# Assignment:
Keep only the lines from the top of the listing through the one with "v18 (-76.199999,0,-33.217527)", and reproduce them unaltered.

·····

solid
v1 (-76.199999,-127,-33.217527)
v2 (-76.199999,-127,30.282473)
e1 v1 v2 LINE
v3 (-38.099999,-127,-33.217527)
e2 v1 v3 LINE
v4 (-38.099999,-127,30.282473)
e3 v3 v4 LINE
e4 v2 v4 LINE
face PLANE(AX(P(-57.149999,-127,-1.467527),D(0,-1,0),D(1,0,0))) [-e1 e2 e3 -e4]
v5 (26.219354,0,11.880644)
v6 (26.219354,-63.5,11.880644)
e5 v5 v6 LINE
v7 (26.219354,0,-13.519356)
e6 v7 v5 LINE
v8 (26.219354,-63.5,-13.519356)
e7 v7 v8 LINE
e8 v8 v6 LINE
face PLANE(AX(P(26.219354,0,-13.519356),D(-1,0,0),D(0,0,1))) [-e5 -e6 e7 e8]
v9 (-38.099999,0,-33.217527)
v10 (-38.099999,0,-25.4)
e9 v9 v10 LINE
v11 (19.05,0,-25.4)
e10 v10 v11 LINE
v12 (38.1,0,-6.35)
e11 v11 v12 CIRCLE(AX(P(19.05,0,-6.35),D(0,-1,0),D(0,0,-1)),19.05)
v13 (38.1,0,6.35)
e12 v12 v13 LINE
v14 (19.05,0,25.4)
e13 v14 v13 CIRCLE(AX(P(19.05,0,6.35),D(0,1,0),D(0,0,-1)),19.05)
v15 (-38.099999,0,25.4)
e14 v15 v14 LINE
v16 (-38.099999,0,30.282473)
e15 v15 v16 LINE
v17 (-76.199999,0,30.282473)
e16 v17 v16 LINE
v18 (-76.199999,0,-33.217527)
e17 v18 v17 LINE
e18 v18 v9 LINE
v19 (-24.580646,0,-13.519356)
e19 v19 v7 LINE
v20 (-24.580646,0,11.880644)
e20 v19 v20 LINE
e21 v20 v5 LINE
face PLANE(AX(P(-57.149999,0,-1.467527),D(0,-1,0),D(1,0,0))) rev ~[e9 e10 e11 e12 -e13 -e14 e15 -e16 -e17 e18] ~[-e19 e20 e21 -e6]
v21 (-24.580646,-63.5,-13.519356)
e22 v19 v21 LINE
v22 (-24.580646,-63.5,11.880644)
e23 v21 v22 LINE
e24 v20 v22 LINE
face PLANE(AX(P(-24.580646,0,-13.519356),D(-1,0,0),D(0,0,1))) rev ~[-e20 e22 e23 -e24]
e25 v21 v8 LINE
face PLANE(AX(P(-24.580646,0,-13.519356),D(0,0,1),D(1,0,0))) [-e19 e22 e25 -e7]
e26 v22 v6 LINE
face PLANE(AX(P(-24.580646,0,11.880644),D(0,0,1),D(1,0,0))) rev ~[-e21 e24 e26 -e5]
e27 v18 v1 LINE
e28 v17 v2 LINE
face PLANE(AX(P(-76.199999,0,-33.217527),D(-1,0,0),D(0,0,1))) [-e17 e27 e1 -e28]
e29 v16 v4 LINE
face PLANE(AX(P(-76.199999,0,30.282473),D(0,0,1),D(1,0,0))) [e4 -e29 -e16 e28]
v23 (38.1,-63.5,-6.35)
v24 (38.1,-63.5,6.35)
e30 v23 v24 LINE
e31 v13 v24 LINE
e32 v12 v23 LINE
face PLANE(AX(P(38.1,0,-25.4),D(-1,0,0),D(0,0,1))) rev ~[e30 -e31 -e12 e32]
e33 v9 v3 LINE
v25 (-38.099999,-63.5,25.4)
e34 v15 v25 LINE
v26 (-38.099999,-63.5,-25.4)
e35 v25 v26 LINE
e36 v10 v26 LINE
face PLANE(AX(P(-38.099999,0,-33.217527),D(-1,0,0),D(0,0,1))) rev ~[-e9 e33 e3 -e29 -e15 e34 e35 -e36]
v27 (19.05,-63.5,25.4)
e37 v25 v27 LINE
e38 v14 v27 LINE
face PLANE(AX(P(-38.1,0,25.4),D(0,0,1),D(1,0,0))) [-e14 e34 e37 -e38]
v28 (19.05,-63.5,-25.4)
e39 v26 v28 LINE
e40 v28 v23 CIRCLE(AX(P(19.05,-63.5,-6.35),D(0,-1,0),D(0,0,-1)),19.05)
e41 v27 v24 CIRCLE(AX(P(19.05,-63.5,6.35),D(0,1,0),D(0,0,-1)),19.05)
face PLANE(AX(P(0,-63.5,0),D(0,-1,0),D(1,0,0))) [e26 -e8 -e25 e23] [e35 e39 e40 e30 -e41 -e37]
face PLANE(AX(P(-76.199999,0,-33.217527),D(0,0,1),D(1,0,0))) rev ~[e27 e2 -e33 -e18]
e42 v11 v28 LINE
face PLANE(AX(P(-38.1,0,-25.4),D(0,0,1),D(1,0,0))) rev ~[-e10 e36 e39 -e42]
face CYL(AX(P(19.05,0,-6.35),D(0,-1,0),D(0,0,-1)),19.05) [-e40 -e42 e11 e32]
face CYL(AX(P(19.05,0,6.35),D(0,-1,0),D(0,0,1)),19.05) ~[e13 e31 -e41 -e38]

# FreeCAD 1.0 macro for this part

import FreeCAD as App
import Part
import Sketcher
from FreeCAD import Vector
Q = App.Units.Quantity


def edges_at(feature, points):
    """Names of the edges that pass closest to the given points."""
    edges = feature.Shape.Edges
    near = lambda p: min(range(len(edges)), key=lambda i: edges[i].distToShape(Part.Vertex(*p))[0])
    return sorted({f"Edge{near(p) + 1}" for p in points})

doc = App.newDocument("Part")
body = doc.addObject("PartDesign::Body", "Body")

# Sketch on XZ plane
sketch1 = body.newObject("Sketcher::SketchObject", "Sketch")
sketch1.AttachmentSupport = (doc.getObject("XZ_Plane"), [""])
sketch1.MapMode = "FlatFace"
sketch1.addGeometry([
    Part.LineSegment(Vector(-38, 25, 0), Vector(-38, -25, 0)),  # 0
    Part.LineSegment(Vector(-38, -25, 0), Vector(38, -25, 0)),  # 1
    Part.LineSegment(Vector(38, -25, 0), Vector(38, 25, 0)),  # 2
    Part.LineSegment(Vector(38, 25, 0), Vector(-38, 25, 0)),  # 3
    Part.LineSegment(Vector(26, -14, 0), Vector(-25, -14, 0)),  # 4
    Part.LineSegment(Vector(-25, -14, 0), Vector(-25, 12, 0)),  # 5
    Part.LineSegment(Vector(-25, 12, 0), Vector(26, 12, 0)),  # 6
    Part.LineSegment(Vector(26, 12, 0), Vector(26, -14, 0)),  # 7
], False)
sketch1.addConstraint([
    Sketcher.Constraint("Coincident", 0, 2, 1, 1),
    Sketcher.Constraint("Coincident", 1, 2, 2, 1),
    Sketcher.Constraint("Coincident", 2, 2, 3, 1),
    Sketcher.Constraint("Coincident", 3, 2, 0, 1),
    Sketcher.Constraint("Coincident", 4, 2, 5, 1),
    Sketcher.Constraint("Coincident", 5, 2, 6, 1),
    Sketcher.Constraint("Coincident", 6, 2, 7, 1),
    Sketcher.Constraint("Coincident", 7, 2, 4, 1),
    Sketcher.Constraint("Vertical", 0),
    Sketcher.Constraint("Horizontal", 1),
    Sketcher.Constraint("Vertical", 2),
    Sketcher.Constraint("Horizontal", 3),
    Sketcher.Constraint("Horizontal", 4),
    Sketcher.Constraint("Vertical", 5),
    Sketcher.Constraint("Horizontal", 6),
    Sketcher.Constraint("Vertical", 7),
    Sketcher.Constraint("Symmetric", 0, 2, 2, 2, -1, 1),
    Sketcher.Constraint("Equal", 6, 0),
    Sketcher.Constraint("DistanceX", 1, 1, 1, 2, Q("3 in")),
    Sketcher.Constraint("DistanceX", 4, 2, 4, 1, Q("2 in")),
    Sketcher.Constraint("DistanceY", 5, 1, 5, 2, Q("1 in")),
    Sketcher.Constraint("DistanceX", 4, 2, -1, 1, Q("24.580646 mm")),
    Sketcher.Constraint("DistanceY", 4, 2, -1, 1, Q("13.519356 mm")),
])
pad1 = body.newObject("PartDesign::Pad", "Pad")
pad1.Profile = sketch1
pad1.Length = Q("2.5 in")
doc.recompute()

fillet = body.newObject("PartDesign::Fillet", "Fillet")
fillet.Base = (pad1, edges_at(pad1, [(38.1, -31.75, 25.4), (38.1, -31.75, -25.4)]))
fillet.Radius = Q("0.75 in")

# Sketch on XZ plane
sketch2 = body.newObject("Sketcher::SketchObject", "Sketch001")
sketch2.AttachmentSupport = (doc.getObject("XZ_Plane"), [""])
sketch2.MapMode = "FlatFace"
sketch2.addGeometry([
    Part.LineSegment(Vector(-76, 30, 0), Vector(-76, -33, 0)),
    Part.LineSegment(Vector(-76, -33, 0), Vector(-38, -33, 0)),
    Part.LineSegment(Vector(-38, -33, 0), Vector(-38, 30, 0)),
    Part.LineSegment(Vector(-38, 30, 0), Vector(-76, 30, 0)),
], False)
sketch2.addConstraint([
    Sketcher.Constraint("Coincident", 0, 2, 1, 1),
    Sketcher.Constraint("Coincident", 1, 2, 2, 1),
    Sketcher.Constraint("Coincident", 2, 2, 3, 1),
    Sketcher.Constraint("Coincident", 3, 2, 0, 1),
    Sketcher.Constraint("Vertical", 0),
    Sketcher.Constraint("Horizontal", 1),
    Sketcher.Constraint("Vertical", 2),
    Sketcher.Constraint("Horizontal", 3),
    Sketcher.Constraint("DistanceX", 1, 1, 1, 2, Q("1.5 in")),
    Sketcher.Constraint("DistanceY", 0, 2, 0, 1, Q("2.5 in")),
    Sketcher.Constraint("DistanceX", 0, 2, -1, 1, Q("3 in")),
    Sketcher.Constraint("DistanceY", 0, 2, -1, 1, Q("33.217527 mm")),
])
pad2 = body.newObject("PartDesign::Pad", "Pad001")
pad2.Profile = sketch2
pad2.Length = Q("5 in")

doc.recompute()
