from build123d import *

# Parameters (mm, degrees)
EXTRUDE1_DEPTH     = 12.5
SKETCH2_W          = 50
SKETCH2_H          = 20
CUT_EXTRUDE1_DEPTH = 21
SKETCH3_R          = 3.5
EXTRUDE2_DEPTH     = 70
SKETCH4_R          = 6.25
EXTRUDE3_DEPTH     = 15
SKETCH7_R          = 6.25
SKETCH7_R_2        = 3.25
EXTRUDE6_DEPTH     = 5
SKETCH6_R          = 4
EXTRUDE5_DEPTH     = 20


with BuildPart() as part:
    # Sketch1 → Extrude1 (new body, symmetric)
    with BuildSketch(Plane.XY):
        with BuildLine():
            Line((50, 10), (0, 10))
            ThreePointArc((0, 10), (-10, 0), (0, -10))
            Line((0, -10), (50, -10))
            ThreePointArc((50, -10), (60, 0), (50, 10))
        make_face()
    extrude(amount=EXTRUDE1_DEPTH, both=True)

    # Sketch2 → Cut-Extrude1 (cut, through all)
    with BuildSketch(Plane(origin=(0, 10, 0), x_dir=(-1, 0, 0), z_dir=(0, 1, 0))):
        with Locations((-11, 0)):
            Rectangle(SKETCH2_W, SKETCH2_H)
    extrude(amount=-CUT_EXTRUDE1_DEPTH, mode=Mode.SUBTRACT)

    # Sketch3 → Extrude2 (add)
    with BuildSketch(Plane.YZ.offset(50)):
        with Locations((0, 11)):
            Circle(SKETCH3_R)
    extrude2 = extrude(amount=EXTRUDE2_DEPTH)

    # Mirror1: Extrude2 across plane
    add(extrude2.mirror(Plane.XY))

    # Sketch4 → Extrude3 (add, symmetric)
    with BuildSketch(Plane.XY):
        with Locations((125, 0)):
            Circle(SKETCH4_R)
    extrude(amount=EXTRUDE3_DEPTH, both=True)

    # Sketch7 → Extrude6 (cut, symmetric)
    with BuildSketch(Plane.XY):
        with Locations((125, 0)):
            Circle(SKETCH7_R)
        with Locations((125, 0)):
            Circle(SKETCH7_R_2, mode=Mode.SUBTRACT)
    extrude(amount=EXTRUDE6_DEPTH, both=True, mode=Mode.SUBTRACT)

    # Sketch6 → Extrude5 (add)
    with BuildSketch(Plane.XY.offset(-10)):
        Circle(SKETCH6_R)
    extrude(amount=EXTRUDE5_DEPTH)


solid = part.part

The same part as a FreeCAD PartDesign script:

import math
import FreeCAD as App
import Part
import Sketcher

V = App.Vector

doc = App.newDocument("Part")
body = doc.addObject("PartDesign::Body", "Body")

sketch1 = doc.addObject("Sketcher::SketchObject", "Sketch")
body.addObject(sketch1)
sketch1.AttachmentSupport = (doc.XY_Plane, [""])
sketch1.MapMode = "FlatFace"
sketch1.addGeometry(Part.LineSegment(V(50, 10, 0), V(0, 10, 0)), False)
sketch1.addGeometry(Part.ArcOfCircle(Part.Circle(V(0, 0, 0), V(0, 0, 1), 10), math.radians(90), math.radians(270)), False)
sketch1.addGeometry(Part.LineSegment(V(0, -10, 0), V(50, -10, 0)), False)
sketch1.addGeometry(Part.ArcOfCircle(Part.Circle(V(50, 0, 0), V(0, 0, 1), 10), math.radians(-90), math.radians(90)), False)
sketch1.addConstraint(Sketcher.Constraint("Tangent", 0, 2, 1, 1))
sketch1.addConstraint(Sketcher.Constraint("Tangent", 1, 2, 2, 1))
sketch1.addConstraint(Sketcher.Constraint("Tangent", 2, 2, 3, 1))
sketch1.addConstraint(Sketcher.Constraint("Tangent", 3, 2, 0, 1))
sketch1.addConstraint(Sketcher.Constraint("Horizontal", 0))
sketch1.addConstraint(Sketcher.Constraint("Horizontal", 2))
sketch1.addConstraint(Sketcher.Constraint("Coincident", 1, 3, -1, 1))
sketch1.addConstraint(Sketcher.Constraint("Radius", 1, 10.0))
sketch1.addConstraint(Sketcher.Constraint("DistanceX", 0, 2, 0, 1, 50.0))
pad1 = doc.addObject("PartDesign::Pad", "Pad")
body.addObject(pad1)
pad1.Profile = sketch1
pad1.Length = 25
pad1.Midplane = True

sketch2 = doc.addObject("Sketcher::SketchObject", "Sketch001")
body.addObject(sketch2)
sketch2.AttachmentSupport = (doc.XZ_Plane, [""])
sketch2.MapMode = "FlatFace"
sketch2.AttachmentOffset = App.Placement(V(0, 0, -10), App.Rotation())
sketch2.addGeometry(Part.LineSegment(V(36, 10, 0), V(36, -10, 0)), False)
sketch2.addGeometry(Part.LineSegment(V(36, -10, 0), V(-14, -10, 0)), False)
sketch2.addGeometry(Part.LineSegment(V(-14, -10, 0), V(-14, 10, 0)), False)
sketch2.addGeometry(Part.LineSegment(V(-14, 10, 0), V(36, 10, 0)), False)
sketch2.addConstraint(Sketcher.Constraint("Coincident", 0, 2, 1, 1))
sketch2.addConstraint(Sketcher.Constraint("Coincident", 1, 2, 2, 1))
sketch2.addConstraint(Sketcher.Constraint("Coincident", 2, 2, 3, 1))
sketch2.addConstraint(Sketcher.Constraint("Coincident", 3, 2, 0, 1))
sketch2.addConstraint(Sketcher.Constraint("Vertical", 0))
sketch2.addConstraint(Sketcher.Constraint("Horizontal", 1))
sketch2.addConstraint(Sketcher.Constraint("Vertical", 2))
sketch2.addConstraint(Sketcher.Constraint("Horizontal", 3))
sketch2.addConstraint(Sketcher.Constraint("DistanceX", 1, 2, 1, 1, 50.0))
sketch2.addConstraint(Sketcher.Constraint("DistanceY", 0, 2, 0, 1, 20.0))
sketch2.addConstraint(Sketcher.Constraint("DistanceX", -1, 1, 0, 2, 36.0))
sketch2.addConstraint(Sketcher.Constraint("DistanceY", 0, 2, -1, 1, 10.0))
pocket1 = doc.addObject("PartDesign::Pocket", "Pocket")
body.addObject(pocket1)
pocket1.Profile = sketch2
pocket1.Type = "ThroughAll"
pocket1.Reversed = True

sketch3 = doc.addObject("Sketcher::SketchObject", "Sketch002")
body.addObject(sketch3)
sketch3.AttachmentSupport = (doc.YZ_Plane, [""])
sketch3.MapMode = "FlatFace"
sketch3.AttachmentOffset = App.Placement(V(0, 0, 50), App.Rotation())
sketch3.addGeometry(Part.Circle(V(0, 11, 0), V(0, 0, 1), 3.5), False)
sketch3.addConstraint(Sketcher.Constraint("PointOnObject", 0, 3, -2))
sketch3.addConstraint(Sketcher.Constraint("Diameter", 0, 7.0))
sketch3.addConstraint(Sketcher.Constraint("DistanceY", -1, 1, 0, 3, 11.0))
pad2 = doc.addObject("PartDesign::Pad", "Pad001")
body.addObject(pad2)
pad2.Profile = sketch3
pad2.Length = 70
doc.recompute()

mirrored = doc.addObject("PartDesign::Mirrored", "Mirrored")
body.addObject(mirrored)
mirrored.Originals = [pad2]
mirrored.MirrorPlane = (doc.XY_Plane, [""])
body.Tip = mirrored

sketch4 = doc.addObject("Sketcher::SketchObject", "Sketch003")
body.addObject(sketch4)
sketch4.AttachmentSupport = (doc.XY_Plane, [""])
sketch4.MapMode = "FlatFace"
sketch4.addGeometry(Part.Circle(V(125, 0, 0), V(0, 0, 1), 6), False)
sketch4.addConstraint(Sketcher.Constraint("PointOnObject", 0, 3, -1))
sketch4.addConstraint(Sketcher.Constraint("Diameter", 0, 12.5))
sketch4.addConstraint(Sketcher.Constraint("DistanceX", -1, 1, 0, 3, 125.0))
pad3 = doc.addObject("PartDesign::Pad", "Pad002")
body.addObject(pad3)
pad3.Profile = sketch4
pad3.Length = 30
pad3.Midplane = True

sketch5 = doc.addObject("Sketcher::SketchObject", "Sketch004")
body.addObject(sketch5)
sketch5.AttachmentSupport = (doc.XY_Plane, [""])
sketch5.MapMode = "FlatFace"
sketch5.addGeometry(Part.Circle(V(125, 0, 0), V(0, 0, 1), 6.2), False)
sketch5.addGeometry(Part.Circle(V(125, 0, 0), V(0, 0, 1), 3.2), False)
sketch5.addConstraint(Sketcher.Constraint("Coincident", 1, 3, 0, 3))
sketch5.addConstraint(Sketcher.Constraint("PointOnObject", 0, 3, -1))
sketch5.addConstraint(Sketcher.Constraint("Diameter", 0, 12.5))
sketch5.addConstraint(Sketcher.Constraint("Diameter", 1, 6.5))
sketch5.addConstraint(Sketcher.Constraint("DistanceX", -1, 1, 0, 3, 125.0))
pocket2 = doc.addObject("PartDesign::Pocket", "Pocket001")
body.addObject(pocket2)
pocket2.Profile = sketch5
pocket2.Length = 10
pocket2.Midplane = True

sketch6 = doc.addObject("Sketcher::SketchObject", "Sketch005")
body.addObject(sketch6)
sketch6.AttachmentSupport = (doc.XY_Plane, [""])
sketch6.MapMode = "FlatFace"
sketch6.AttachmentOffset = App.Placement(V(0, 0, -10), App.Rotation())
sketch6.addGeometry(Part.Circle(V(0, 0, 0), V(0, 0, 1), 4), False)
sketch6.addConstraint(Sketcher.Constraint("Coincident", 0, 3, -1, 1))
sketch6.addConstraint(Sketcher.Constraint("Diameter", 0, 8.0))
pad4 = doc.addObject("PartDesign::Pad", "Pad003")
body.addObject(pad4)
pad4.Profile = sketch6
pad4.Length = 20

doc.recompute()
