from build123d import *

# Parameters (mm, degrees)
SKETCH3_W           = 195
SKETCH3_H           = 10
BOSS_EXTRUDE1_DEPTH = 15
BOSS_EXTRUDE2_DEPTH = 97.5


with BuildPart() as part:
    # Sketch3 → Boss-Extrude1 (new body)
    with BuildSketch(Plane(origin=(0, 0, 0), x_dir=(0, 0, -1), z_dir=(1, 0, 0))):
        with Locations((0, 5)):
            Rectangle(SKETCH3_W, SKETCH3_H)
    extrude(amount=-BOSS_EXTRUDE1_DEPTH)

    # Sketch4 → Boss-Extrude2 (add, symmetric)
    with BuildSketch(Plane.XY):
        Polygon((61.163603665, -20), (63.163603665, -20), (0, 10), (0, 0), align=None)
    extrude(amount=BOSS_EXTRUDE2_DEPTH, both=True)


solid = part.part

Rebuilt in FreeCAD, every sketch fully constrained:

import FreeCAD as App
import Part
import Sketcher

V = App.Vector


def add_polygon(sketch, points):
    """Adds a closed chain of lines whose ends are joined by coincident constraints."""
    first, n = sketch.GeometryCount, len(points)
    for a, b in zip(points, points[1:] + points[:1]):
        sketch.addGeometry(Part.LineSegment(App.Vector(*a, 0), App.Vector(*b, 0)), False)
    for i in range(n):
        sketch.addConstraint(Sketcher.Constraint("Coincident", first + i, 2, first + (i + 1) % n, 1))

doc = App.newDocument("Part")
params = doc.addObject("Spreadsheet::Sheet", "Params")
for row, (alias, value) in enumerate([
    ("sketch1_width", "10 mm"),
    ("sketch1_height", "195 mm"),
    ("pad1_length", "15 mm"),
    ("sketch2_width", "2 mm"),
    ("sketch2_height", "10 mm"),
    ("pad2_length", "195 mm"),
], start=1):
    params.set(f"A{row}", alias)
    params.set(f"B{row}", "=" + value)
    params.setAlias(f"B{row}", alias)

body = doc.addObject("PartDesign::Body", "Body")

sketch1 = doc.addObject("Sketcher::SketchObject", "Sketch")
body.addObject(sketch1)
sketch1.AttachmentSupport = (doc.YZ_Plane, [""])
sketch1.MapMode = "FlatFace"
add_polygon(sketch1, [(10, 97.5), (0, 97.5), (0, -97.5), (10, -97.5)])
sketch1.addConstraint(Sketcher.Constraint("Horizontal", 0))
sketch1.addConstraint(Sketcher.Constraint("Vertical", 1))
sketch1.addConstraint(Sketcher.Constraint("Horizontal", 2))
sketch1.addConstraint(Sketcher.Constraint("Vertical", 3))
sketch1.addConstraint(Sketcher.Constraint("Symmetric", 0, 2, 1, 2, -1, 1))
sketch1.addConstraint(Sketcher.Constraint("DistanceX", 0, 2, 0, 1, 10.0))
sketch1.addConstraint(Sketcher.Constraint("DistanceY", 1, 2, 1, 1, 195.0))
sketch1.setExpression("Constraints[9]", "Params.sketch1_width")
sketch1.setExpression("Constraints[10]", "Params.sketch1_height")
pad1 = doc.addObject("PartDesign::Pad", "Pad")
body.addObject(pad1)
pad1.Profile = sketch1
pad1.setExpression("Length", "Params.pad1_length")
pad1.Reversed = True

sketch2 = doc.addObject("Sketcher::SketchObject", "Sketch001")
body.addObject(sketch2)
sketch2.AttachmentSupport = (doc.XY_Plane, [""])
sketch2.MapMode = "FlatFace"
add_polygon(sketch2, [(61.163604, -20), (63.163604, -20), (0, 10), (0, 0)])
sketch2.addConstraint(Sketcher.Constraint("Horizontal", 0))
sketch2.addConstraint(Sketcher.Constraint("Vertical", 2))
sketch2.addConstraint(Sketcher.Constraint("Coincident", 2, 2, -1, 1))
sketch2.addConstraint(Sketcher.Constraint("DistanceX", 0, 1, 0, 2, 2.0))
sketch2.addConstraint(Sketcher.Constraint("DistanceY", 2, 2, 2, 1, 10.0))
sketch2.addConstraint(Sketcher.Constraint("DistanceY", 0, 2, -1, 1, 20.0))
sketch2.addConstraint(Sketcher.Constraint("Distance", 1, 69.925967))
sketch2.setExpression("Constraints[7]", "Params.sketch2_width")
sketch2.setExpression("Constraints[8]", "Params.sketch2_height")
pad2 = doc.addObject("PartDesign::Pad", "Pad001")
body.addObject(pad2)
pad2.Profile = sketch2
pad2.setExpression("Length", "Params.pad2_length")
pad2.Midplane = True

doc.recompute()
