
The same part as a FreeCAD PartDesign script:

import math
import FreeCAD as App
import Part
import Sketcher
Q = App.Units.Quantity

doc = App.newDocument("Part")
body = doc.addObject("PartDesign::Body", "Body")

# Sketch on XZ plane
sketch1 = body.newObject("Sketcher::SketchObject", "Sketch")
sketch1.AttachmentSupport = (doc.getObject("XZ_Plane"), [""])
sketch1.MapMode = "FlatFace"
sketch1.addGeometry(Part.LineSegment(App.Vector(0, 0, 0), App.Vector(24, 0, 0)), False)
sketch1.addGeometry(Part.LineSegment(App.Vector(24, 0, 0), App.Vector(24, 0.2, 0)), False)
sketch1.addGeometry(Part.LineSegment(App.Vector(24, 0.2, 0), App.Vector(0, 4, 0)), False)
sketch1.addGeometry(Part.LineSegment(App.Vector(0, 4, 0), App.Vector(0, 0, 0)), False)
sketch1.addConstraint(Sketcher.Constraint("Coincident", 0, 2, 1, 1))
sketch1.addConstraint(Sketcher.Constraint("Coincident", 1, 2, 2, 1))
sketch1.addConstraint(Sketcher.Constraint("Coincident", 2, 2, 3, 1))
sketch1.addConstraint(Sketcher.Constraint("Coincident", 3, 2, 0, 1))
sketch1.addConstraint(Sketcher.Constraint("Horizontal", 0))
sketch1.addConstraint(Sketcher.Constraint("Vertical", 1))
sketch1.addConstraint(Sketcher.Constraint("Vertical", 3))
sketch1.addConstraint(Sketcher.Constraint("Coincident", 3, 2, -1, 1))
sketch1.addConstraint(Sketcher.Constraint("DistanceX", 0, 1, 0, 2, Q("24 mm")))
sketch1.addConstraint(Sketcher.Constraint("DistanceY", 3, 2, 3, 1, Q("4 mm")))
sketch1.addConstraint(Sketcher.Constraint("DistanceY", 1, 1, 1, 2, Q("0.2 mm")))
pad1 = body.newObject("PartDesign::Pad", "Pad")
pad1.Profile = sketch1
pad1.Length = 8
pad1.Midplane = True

·····

# Answer box:
solid
v1 (-76.199999,-127,-33.217527)
v2 (-76.199999,-127,30.282473)
e1 v1 v2 LINE
v3 (-38.099999,-127,-33.217527)
e2 v1 v3 LINE
v4 (-38.099999,-127,30.282473)
e3 v3 v4 LINE
e4 v2 v4 LINE
face PLANE(AX(P(-57.149999,-127,-1.467527),D(0,-1,0),D(1,0,0))) [-e1 e2 e3 -e4]
v5 (26.219354,0,11.880644)
v6 (26.219354,-63.5,11.880644)
e5 v5 v6 LINE
v7 (26.219354,0,-13.519356)
e6 v7 v5 LINE
v8 (26.219354,-63.5,-13.519356)
e7 v7 v8 LINE
e8 v8 v6 LINE
face PLANE(AX(P(26.219354,0,-13.519356),D(-1,0,0),D(0,0,1))) [-e5 -e6 e7 e8]
v9 (-38.099999,0,-33.217527)
v10 (-38.099999,0,-25.4)
e9 v9 v10 LINE
v11 (19.05,0,-25.4)
e10 v10 v11 LINE
v12 (38.1,0,-6.35)
e11 v11 v12 CIRCLE(AX(P(19.05,0,-6.35),D(0,-1,0),D(0,0,-1)),19.05)
v13 (38.1,0,6.35)
e12 v12 v13 LINE
v14 (19.05,0,25.4)
e13 v14 v13 CIRCLE(AX(P(19.05,0,6.35),D(0,1,0),D(0,0,-1)),19.05)
v15 (-38.099999,0,25.4)
e14 v15 v14 LINE
v16 (-38.099999,0,30.282473)
e15 v15 v16 LINE
v17 (-76.199999,0,30.282473)
e16 v17 v16 LINE
v18 (-76.199999,0,-33.217527)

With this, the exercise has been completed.